Примерно в такой же мере не использованы и пока ещё компетентно не вполне осмыслены многие труды Бахтина непосредственно филологические, то, что было ему профессионально ближе всего. Только в конце его жизни он был удостоен признания за отменное обширное комментирование творчества гигантов отечественной и зарубежной художественной литературы. Признания практически только за рубежом. Происходило это в период наиболее интенсивной критики СССР, как тоталитарного государства, со стороны Запада. И указанному разделу наработок мэтра филологии вполне уместно был тогда присвоен некий диссидентский знак. Можно, пожалуй, утверждать, что с этим отличительным знаком Бахтин воспринимается и сегодня, иначе говоря – исторически, в том числе в России.
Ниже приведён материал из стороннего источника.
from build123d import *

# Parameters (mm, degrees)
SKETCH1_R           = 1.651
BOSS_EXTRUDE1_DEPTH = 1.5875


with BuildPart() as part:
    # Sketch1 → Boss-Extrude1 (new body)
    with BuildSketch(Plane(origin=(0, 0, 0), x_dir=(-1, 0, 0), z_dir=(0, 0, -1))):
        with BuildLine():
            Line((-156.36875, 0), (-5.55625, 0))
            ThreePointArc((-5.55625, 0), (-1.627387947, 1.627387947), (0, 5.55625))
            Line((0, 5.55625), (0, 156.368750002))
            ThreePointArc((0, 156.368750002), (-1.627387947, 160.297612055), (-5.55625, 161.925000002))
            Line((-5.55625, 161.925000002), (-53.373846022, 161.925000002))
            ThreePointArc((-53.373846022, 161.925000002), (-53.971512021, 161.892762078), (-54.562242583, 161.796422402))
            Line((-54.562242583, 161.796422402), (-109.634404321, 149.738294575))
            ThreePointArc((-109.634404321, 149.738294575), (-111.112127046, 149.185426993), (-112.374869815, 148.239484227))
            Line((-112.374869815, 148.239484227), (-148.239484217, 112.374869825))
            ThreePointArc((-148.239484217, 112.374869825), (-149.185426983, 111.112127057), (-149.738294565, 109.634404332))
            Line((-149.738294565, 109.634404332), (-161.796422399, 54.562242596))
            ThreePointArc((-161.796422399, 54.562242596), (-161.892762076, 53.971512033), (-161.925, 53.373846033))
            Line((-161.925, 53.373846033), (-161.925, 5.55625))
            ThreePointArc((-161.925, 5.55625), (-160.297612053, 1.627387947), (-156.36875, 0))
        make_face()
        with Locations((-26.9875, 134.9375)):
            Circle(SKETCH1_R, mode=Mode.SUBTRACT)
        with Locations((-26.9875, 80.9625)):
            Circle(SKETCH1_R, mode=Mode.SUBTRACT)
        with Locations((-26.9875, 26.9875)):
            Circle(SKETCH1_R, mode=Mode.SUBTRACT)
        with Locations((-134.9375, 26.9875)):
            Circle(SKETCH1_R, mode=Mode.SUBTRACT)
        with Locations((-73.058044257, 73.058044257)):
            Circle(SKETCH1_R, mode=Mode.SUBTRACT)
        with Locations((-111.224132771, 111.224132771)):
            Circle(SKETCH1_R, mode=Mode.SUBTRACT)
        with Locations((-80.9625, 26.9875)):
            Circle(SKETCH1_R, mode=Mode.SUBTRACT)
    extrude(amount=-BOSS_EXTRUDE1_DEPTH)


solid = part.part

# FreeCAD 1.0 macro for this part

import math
import FreeCAD as App
import Part
import Sketcher

V = App.Vector
Q = App.Units.Quantity

doc = App.newDocument("Part")
params = doc.addObject("Spreadsheet::Sheet", "Params")
for row, (alias, value) in enumerate([
    ("sketch1_diameter", "0.13 in"),
    ("sketch1_radius", "0.21875 in"),
    ("sketch1_width", "5.9375 in"),
    ("pad1_length", "0.0625 in"),
], start=1):
    params.set(f"A{row}", alias)
    params.set(f"B{row}", "=" + value)
    params.setAlias(f"B{row}", alias)

body = doc.addObject("PartDesign::Body", "Body")

# Sketch on XY plane
sketch1 = doc.addObject("Sketcher::SketchObject", "Sketch")
body.addObject(sketch1)
sketch1.AttachmentSupport = (doc.XY_Plane, [""])
sketch1.MapMode = "FlatFace"
sketch1.addGeometry(Part.LineSegment(V(156.36875, 0, 0), V(5.55625, 0, 0)), False)
sketch1.addGeometry(Part.ArcOfCircle(Part.Circle(V(5.55625, 5.55625, 0), V(0, 0, 1), 5.55625), math.radians(180), math.radians(270)), False)
sketch1.addGeometry(Part.LineSegment(V(0, 5.55625, 0), V(0, 156.36875, 0)), False)
sketch1.addGeometry(Part.ArcOfCircle(Part.Circle(V(5.55625, 156.36875, 0), V(0, 0, 1), 5.55625), math.radians(90), math.radians(180)), False)
sketch1.addGeometry(Part.LineSegment(V(5.55625, 161.925, 0), V(53.373846, 161.925, 0)), False)
sketch1.addGeometry(Part.ArcOfCircle(Part.Circle(V(53.373846, 156.36875, 0), V(0, 0, 1), 5.55625), math.radians(77.6499), math.radians(90)), False)
sketch1.addGeometry(Part.LineSegment(V(54.562243, 161.796422, 0), V(109.634404, 149.738295, 0)), False)
sketch1.addGeometry(Part.ArcOfCircle(Part.Circle(V(108.446008, 144.310622, 0), V(0, 0, 1), 5.55625), math.radians(45), math.radians(77.6499)), False)
sketch1.addGeometry(Part.LineSegment(V(112.37487, 148.239484, 0), V(148.239484, 112.37487, 0)), False)
sketch1.addGeometry(Part.ArcOfCircle(Part.Circle(V(144.310622, 108.446008, 0), V(0, 0, 1), 5.55625), math.radians(12.3501), math.radians(45)), False)
sketch1.addGeometry(Part.LineSegment(V(149.738295, 109.634404, 0), V(161.796422, 54.562243, 0)), False)
sketch1.addGeometry(Part.ArcOfCircle(Part.Circle(V(156.36875, 53.373846, 0), V(0, 0, 1), 5.55625), math.radians(0), math.radians(12.3501)), False)
sketch1.addGeometry(Part.LineSegment(V(161.925, 53.373846, 0), V(161.925, 5.55625, 0)), False)
sketch1.addGeometry(Part.ArcOfCircle(Part.Circle(V(156.36875, 5.55625, 0), V(0, 0, 1), 5.55625), math.radians(-90), math.radians(0)), False)
sketch1.addGeometry(Part.Circle(V(134.9375, 26.9875, 0), V(0, 0, 1), 1.651), False)
sketch1.addGeometry(Part.Circle(V(80.9625, 26.9875, 0), V(0, 0, 1), 1.651), False)
sketch1.addGeometry(Part.Circle(V(26.9875, 26.9875, 0), V(0, 0, 1), 1.651), False)
sketch1.addGeometry(Part.Circle(V(73.058044, 73.058044, 0), V(0, 0, 1), 1.651), False)
sketch1.addGeometry(Part.Circle(V(111.224133, 111.224133, 0), V(0, 0, 1), 1.651), False)
sketch1.addGeometry(Part.Circle(V(26.9875, 80.9625, 0), V(0, 0, 1), 1.651), False)
sketch1.addGeometry(Part.Circle(V(26.9875, 134.9375, 0), V(0, 0, 1), 1.651), False)
sketch1.addConstraint(Sketcher.Constraint("Tangent", 0, 2, 1, 2))
sketch1.addConstraint(Sketcher.Constraint("Tangent", 1, 1, 2, 1))
sketch1.addConstraint(Sketcher.Constraint("Tangent", 2, 2, 3, 2))
sketch1.addConstraint(Sketcher.Constraint("Tangent", 3, 1, 4, 1))
sketch1.addConstraint(Sketcher.Constraint("Tangent", 4, 2, 5, 2))
sketch1.addConstraint(Sketcher.Constraint("Tangent", 5, 1, 6, 1))
sketch1.addConstraint(Sketcher.Constraint("Tangent", 6, 2, 7, 2))
sketch1.addConstraint(Sketcher.Constraint("Tangent", 7, 1, 8, 1))
sketch1.addConstraint(Sketcher.Constraint("Tangent", 8, 2, 9, 2))
sketch1.addConstraint(Sketcher.Constraint("Tangent", 9, 1, 10, 1))
sketch1.addConstraint(Sketcher.Constraint("Tangent", 10, 2, 11, 2))
sketch1.addConstraint(Sketcher.Constraint("Tangent", 11, 1, 12, 1))
sketch1.addConstraint(Sketcher.Constraint("Tangent", 12, 2, 13, 2))
sketch1.addConstraint(Sketcher.Constraint("Tangent", 13, 1, 0, 1))
sketch1.addConstraint(Sketcher.Constraint("Horizontal", 0))
sketch1.addConstraint(Sketcher.Constraint("Vertical", 2))
sketch1.addConstraint(Sketcher.Constraint("Horizontal", 4))
sketch1.addConstraint(Sketcher.Constraint("Vertical", 12))
sketch1.addConstraint(Sketcher.Constraint("Equal", 1, 3))
sketch1.addConstraint(Sketcher.Constraint("Equal", 3, 5))
sketch1.addConstraint(Sketcher.Constraint("Equal", 5, 7))
sketch1.addConstraint(Sketcher.Constraint("Equal", 7, 9))
sketch1.addConstraint(Sketcher.Constraint("Equal", 9, 11))
sketch1.addConstraint(Sketcher.Constraint("Equal", 11, 13))
sketch1.addConstraint(Sketcher.Constraint("Equal", 14, 15))
sketch1.addConstraint(Sketcher.Constraint("Equal", 15, 16))
sketch1.addConstraint(Sketcher.Constraint("Equal", 16, 17))
sketch1.addConstraint(Sketcher.Constraint("Equal", 17, 18))
sketch1.addConstraint(Sketcher.Constraint("Equal", 18, 19))
sketch1.addConstraint(Sketcher.Constraint("Equal", 19, 20))
sketch1.addConstraint(Sketcher.Constraint("PointOnObject", 0, 2, -1))
sketch1.addConstraint(Sketcher.Constraint("PointOnObject", 1, 1, -2))
sketch1.addConstraint(Sketcher.Constraint("Horizontal", 14, 3, 15, 3))
sketch1.addConstraint(Sketcher.Constraint("Horizontal", 15, 3, 16, 3))
sketch1.addConstraint(Sketcher.Constraint("Vertical", 16, 3, 19, 3))
sketch1.addConstraint(Sketcher.Constraint("Vertical", 19, 3, 20, 3))
sketch1.addConstraint(Sketcher.Constraint("Equal", 0, 2))
sketch1.addConstraint(Sketcher.Constraint("Equal", 4, 12))
sketch1.addConstraint(Sketcher.Constraint("Equal", 6, 10))
sketch1.addConstraint(Sketcher.Constraint("Diameter", 14, Q("0.13 in")))
sketch1.addConstraint(Sketcher.Constraint("Angle", 8, Q("-45 deg")))
sketch1.addConstraint(Sketcher.Constraint("Radius", 1, Q("0.21875 in")))
sketch1.addConstraint(Sketcher.Constraint("DistanceX", 0, 2, 0, 1, Q("5.9375 in")))
sketch1.addConstraint(Sketcher.Constraint("DistanceX", 16, 3, 14, 3, Q("4.25 in")))
sketch1.addConstraint(Sketcher.Constraint("DistanceX", -1, 1, 14, 3, Q("5.3125 in")))
sketch1.addConstraint(Sketcher.Constraint("DistanceY", -1, 1, 14, 3, Q("1.0625 in")))
sketch1.addConstraint(Sketcher.Constraint("DistanceX", -1, 1, 15, 3, Q("3.1875 in")))
sketch1.addConstraint(Sketcher.Constraint("DistanceY", -1, 1, 19, 3, Q("3.1875 in")))
sketch1.addConstraint(Sketcher.Constraint("DistanceY", -1, 1, 20, 3, Q("5.3125 in")))
sketch1.addConstraint(Sketcher.Constraint("DistanceY", 9, 3, 18, 3, Q("0.109375 in")))
sketch1.addConstraint(Sketcher.Constraint("DistanceX", 7, 3, 18, 3, Q("0.109375 in")))
sketch1.addConstraint(Sketcher.Constraint("DistanceY", -1, 1, 7, 1, Q("5.8362002 in")))
sketch1.addConstraint(Sketcher.Constraint("Distance", 6, Q("56.376781 mm")))
sketch1.addConstraint(Sketcher.Constraint("DistanceX", 4, 1, 4, 2, Q("47.817596 mm")))
sketch1.addConstraint(Sketcher.Constraint("DistanceX", 17, 3, 18, 3, Q("38.166089 mm")))
sketch1.addConstraint(Sketcher.Constraint("DistanceY", 17, 3, 18, 3, Q("38.166089 mm")))
sketch1.setExpression("Constraints[39]", "Params.sketch1_diameter")
sketch1.setExpression("Constraints[41]", "Params.sketch1_radius")
sketch1.setExpression("Constraints[42]", "Params.sketch1_width")
pad1 = doc.addObject("PartDesign::Pad", "Pad")
body.addObject(pad1)
pad1.Profile = sketch1
pad1.setExpression("Length", "Params.pad1_length")

doc.recompute()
В свете такого сомнительного уровня восприятия его имиджа удаётся без труда во вред делу выставлять на первый план политизированную подоплёку, искусственно припаивая к ней человеческую личность. Что, кажется, и происходит на самом деле. Перекошенный эффект играет при этом свою неблаговидную роль. Постоянно подогреваются неточные, произвольные оценки оставленного Бахтиным наследия.
Его мнимые знатоки могут обратить на себя внимание, к примеру, тем, что расскажут вам о полифоничном подходе или методе Достоевского при работе над своими романами. Это, мол, Бахтин раскрыл великую загадку известнейшего романиста. Насколько верно такое толкование? Филолог традиционной российской школы, не крививший ни пером, ни совестью, Бахтин только вчерне и довольно обтекаемо формулировал то, что могло бы по-своему служить объяснением глубинности эстетики у классика литературы. Но в высшей степени сомнительно, чтобы писатель ХIХ века, автор плотных по духовной насыщенности повестей и романов о социальных язвах своего времени, создавал их, примеривая к какому-то, изобретённому самим же методу или к шаблону. Где в истории написания образцов художественной словесности можно было бы отыскать пример подобных, избираемых самим творцом и для себя же условных рамок? Разве что в советской эпохе, с её методом соцреализма? Достоевский, надо полагать, попросту изумился бы чьей-то неуклюжей попытке рассматривать его духовную лабораторию как персональную скорлупу, как прибежище. По-настоящему же речь тут может идти, пожалуй, только об устойчивом непонимании комментаторами и исследователями методологии самого Бахтина, определённой размытости в нём воззрений на мир, что, к сожалению, могло иногда приводить его если и не к явным схемам и тусклым выводам, то к чему-то близкому этому.